Stored dataset items:
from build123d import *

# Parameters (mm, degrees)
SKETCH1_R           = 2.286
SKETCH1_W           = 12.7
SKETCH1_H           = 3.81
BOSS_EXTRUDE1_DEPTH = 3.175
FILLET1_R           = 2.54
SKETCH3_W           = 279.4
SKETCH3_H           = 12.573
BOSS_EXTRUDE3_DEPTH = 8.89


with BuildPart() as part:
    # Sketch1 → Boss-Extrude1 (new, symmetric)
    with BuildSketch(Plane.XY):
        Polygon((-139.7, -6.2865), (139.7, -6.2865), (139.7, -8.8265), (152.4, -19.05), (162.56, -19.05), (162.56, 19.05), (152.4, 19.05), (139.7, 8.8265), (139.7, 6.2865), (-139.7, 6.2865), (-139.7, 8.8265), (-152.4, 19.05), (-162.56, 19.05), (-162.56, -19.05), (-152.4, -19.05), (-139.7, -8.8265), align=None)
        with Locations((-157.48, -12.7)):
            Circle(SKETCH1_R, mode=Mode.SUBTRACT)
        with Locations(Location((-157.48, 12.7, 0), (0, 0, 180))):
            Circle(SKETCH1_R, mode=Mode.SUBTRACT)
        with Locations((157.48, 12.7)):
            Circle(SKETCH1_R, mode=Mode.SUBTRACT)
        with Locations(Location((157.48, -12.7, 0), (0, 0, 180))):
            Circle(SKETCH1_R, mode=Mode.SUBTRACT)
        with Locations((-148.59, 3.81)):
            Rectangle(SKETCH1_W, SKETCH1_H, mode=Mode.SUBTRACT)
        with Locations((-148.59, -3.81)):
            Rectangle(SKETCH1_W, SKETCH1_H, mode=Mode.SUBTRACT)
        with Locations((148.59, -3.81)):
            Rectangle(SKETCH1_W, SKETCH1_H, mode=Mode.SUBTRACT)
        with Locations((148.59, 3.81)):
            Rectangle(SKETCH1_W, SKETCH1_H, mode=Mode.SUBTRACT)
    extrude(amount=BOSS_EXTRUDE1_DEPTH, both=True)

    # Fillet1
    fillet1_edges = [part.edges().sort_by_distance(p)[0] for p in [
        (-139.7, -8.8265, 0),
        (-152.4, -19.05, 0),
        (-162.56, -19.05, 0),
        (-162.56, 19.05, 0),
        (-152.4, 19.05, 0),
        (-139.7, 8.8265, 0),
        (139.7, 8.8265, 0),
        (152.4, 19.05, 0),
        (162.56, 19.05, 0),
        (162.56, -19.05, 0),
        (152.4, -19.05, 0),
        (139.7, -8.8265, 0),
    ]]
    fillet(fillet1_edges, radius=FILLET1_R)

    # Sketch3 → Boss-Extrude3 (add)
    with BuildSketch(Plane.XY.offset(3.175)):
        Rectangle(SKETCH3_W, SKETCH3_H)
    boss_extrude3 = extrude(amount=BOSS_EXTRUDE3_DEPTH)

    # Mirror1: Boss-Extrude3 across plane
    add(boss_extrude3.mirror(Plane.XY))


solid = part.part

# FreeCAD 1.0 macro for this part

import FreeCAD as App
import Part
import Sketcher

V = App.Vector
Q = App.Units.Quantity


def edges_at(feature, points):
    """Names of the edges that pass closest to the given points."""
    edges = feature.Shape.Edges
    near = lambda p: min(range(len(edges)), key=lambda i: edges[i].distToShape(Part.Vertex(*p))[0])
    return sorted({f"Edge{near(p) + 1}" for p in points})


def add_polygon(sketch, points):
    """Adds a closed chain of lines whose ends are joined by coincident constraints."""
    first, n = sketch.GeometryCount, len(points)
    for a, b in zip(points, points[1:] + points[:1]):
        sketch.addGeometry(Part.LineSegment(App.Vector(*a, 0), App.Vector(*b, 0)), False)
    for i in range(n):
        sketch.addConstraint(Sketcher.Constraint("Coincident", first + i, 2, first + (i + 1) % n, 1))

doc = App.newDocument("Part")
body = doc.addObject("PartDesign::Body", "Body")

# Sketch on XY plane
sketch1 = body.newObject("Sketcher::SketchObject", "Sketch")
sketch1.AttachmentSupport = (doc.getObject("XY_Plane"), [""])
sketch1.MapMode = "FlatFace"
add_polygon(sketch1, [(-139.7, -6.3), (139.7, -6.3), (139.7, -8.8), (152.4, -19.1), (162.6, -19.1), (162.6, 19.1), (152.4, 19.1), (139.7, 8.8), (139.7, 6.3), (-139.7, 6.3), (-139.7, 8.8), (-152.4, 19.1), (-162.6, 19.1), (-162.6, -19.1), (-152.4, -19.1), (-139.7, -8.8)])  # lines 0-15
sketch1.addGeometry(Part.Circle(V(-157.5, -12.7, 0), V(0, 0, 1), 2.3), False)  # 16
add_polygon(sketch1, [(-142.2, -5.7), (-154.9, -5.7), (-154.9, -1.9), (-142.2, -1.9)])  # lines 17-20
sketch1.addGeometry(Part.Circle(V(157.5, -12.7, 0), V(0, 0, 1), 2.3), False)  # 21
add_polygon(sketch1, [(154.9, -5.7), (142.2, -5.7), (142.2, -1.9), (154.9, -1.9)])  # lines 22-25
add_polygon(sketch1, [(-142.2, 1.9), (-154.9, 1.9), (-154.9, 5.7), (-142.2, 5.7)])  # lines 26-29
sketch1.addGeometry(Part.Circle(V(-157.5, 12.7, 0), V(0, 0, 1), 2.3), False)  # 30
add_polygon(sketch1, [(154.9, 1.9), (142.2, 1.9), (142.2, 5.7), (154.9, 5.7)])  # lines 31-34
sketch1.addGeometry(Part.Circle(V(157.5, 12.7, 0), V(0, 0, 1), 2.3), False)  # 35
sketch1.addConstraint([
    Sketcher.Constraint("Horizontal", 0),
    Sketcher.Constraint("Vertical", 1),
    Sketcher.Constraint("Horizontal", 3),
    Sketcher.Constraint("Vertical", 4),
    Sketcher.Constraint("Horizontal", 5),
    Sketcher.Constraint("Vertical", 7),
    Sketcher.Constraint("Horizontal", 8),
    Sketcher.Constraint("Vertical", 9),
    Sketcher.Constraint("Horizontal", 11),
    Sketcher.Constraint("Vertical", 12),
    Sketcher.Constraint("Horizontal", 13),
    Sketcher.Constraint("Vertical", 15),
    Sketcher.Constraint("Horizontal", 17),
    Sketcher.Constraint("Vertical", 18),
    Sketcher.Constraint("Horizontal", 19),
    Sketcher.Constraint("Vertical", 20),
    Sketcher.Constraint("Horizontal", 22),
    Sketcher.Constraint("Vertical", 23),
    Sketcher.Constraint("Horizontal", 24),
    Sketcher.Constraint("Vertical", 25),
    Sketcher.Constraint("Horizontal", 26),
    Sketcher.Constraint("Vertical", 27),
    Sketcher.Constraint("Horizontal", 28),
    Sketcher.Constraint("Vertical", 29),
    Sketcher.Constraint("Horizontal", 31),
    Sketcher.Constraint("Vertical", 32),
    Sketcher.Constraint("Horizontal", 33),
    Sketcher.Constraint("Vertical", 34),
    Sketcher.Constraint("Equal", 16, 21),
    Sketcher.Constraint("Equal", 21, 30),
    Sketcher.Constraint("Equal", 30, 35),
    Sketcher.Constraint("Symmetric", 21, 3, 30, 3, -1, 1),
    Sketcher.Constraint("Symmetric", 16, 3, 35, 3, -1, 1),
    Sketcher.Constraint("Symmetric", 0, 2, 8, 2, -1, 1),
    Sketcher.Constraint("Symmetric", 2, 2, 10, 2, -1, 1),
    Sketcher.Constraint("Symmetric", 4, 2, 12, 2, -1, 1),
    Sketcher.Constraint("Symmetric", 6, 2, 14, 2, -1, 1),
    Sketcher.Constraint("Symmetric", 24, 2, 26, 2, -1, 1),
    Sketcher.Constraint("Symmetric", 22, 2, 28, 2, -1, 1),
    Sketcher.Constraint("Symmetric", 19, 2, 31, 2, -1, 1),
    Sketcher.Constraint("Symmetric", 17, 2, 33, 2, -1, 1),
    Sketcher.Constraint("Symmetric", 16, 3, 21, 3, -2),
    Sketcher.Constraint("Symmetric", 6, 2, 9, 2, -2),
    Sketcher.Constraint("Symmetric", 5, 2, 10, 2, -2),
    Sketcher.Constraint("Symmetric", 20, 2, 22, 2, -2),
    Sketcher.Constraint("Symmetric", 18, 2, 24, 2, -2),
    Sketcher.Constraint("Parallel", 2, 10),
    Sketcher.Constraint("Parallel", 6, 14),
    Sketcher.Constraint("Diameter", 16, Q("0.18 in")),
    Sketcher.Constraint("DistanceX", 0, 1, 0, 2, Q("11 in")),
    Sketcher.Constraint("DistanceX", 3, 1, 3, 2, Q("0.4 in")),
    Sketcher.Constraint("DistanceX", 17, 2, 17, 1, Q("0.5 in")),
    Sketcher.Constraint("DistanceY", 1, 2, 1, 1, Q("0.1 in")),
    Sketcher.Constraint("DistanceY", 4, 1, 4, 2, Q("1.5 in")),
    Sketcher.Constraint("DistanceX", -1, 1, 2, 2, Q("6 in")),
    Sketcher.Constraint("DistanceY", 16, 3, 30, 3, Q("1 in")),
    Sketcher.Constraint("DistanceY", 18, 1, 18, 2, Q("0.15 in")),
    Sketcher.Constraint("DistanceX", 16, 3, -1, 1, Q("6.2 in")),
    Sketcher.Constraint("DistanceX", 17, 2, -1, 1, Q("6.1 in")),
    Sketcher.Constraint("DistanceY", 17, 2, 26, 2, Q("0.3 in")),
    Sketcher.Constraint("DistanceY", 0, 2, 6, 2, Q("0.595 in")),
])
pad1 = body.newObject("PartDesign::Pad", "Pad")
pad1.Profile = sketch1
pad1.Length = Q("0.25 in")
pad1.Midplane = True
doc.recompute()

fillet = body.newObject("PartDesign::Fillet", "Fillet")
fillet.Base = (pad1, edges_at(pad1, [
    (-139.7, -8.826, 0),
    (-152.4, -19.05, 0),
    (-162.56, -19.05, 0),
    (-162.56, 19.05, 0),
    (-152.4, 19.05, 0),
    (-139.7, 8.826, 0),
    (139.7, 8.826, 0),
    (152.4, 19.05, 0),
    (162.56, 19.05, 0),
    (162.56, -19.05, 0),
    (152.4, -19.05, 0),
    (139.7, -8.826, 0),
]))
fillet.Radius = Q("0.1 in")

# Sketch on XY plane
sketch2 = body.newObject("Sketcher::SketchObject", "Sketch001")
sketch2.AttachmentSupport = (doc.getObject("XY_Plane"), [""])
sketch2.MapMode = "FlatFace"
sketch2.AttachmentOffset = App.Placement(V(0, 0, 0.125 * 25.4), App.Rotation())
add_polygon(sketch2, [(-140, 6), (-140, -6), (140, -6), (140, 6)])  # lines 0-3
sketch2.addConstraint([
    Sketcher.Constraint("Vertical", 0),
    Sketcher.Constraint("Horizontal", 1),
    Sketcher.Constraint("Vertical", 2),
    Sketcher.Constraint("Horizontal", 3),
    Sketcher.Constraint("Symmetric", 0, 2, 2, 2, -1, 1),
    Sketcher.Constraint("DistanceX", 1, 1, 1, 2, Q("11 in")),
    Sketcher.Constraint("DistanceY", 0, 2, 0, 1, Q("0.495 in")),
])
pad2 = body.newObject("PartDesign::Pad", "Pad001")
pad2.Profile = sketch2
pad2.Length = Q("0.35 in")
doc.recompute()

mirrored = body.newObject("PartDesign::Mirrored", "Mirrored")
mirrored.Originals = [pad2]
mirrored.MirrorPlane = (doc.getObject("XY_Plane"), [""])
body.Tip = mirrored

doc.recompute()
==
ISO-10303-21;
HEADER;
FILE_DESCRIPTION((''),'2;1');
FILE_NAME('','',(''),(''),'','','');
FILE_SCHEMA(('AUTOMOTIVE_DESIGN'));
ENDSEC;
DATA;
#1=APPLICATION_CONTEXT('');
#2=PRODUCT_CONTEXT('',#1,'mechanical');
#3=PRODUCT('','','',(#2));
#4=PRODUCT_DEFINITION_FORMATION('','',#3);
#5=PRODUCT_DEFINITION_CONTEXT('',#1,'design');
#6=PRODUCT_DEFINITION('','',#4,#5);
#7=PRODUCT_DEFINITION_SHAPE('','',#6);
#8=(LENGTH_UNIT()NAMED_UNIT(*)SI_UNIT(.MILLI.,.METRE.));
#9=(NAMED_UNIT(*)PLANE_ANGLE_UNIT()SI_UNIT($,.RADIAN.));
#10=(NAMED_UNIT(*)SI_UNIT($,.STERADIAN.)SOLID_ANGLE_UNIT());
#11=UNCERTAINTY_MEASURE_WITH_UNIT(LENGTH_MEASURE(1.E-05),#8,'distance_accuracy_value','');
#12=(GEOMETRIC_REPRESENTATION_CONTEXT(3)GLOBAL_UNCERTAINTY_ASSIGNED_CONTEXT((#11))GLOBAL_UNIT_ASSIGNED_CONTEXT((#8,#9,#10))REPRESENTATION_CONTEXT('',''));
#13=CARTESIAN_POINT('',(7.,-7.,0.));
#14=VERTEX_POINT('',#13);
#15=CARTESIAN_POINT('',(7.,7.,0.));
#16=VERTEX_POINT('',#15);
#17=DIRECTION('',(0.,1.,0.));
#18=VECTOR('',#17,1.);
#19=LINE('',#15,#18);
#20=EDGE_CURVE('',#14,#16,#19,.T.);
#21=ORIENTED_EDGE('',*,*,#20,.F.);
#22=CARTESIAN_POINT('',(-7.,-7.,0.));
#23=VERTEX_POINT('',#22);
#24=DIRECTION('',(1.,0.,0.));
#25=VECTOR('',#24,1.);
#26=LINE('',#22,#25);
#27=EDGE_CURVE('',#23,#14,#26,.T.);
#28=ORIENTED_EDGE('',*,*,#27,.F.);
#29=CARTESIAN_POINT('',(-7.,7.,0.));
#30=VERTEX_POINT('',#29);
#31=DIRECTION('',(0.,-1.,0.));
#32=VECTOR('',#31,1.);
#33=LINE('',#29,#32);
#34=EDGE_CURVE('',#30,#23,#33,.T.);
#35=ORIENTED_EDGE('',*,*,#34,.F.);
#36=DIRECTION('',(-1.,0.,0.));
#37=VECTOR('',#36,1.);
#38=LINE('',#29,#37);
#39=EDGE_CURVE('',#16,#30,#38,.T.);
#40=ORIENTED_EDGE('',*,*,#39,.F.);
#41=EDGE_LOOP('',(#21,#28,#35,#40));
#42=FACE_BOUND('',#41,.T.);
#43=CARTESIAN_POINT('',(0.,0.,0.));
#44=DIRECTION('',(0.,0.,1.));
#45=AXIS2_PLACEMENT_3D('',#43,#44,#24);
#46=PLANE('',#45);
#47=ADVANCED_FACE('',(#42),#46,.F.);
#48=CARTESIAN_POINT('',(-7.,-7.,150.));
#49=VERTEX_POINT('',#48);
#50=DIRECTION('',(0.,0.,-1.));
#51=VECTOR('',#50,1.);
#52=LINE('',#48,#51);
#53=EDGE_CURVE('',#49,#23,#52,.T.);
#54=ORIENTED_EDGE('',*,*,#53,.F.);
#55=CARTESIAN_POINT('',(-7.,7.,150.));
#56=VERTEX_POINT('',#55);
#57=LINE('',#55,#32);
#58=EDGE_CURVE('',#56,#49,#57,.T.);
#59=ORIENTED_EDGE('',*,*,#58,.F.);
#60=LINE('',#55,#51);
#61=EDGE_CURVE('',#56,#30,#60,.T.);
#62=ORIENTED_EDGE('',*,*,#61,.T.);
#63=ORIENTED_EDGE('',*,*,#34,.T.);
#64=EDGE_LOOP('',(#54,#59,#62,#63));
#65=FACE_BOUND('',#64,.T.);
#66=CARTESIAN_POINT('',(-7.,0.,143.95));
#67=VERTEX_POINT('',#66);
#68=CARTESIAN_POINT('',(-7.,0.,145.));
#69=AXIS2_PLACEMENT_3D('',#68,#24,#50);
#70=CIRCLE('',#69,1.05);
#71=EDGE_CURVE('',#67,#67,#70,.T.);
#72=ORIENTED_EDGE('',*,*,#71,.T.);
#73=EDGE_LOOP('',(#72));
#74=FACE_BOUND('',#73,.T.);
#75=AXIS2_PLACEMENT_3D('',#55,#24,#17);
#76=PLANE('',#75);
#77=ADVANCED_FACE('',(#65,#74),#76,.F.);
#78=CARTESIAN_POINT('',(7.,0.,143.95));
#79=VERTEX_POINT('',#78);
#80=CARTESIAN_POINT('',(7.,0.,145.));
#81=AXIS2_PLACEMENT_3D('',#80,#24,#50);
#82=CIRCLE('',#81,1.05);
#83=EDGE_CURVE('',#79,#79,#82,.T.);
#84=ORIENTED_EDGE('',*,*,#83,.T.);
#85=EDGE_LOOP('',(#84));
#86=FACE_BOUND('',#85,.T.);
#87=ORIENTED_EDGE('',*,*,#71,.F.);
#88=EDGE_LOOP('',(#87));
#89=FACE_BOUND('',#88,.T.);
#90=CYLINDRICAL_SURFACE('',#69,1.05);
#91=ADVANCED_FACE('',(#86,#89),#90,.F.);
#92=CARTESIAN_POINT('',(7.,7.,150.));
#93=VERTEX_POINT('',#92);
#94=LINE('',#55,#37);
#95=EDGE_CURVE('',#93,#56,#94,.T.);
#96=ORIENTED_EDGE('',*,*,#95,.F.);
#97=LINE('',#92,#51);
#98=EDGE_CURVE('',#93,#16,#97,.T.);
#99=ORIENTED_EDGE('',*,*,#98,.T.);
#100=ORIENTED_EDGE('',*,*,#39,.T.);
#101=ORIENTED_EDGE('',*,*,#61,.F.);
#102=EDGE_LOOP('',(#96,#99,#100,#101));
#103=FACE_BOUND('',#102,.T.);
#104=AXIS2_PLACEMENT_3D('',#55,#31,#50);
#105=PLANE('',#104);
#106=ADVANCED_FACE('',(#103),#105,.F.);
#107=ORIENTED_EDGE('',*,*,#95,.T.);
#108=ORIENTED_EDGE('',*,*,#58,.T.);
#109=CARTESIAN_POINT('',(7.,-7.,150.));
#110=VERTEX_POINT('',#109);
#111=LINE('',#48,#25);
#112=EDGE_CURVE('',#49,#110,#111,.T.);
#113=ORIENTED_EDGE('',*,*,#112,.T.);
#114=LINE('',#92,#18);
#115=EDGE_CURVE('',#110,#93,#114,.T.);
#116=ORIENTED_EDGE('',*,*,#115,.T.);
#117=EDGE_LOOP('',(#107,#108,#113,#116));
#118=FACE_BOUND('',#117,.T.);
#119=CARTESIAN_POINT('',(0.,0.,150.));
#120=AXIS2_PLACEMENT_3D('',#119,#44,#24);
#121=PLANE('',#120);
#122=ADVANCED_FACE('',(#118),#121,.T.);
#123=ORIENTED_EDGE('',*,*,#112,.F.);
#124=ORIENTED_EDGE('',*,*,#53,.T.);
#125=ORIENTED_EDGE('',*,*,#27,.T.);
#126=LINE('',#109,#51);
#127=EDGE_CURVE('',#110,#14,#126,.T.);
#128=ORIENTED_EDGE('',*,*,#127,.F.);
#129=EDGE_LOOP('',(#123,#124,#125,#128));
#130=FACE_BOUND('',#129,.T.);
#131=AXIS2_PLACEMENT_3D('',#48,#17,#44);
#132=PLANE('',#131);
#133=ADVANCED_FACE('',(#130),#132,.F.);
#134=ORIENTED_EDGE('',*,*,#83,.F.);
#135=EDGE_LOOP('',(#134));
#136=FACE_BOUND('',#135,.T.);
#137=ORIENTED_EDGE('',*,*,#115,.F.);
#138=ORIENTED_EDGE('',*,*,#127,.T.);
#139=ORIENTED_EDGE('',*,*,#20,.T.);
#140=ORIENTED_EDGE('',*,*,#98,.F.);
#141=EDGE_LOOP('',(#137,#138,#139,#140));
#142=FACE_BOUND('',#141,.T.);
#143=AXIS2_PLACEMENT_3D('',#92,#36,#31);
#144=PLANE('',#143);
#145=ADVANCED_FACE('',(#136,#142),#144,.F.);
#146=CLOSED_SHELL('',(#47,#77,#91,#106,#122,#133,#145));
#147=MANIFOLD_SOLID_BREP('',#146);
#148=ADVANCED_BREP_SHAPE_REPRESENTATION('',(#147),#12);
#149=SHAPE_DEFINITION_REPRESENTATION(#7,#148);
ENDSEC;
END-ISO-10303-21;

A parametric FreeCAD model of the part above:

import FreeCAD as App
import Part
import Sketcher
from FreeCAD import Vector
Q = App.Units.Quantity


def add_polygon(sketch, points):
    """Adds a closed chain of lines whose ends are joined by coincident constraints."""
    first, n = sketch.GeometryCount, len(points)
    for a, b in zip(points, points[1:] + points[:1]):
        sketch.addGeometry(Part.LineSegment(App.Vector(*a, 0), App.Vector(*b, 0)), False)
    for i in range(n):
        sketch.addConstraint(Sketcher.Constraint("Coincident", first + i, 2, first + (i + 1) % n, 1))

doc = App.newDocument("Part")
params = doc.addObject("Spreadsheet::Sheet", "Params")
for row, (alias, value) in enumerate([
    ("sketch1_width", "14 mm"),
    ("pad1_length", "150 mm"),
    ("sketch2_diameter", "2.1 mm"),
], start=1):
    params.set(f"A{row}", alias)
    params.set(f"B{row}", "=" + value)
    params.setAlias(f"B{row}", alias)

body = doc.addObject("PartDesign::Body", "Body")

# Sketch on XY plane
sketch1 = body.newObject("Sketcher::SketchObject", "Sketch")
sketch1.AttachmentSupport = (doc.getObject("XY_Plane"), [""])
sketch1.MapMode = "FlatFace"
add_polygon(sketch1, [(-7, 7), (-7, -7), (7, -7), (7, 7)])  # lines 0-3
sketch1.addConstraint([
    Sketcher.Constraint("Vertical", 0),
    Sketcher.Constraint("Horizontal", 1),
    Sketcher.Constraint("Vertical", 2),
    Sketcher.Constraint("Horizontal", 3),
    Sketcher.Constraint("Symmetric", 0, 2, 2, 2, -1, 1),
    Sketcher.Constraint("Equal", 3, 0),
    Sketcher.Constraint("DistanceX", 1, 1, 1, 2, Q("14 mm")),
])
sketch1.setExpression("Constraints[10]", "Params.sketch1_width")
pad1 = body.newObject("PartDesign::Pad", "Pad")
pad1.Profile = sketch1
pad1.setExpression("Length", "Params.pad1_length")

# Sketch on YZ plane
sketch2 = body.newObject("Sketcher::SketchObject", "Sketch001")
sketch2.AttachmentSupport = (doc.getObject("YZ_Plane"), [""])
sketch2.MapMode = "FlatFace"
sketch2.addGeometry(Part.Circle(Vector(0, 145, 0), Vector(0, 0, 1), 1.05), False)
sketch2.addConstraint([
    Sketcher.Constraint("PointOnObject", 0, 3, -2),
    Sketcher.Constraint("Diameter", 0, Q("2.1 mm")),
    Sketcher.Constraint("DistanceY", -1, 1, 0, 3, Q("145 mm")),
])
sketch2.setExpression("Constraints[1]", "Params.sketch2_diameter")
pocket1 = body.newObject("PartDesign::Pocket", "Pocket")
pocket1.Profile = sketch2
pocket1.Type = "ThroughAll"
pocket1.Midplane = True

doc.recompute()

◆ About this exercise ◆
Reproduce, exactly as they stand in the data above, the lines from the one that holds "#9=(NAMED_UNIT(*)PLANE_ANGLE_UNIT()SI_UNIT($,.RADIAN.));" to the one that holds "#13=CARTESIAN_POINT('',(7.,-7.,0.));", inclusive.

◆ Result of the task ◆
#9=(NAMED_UNIT(*)PLANE_ANGLE_UNIT()SI_UNIT($,.RADIAN.));
#10=(NAMED_UNIT(*)SI_UNIT($,.STERADIAN.)SOLID_ANGLE_UNIT());
#11=UNCERTAINTY_MEASURE_WITH_UNIT(LENGTH_MEASURE(1.E-05),#8,'distance_accuracy_value','');
#12=(GEOMETRIC_REPRESENTATION_CONTEXT(3)GLOBAL_UNCERTAINTY_ASSIGNED_CONTEXT((#11))GLOBAL_UNIT_ASSIGNED_CONTEXT((#8,#9,#10))REPRESENTATION_CONTEXT('',''));
#13=CARTESIAN_POINT('',(7.,-7.,0.));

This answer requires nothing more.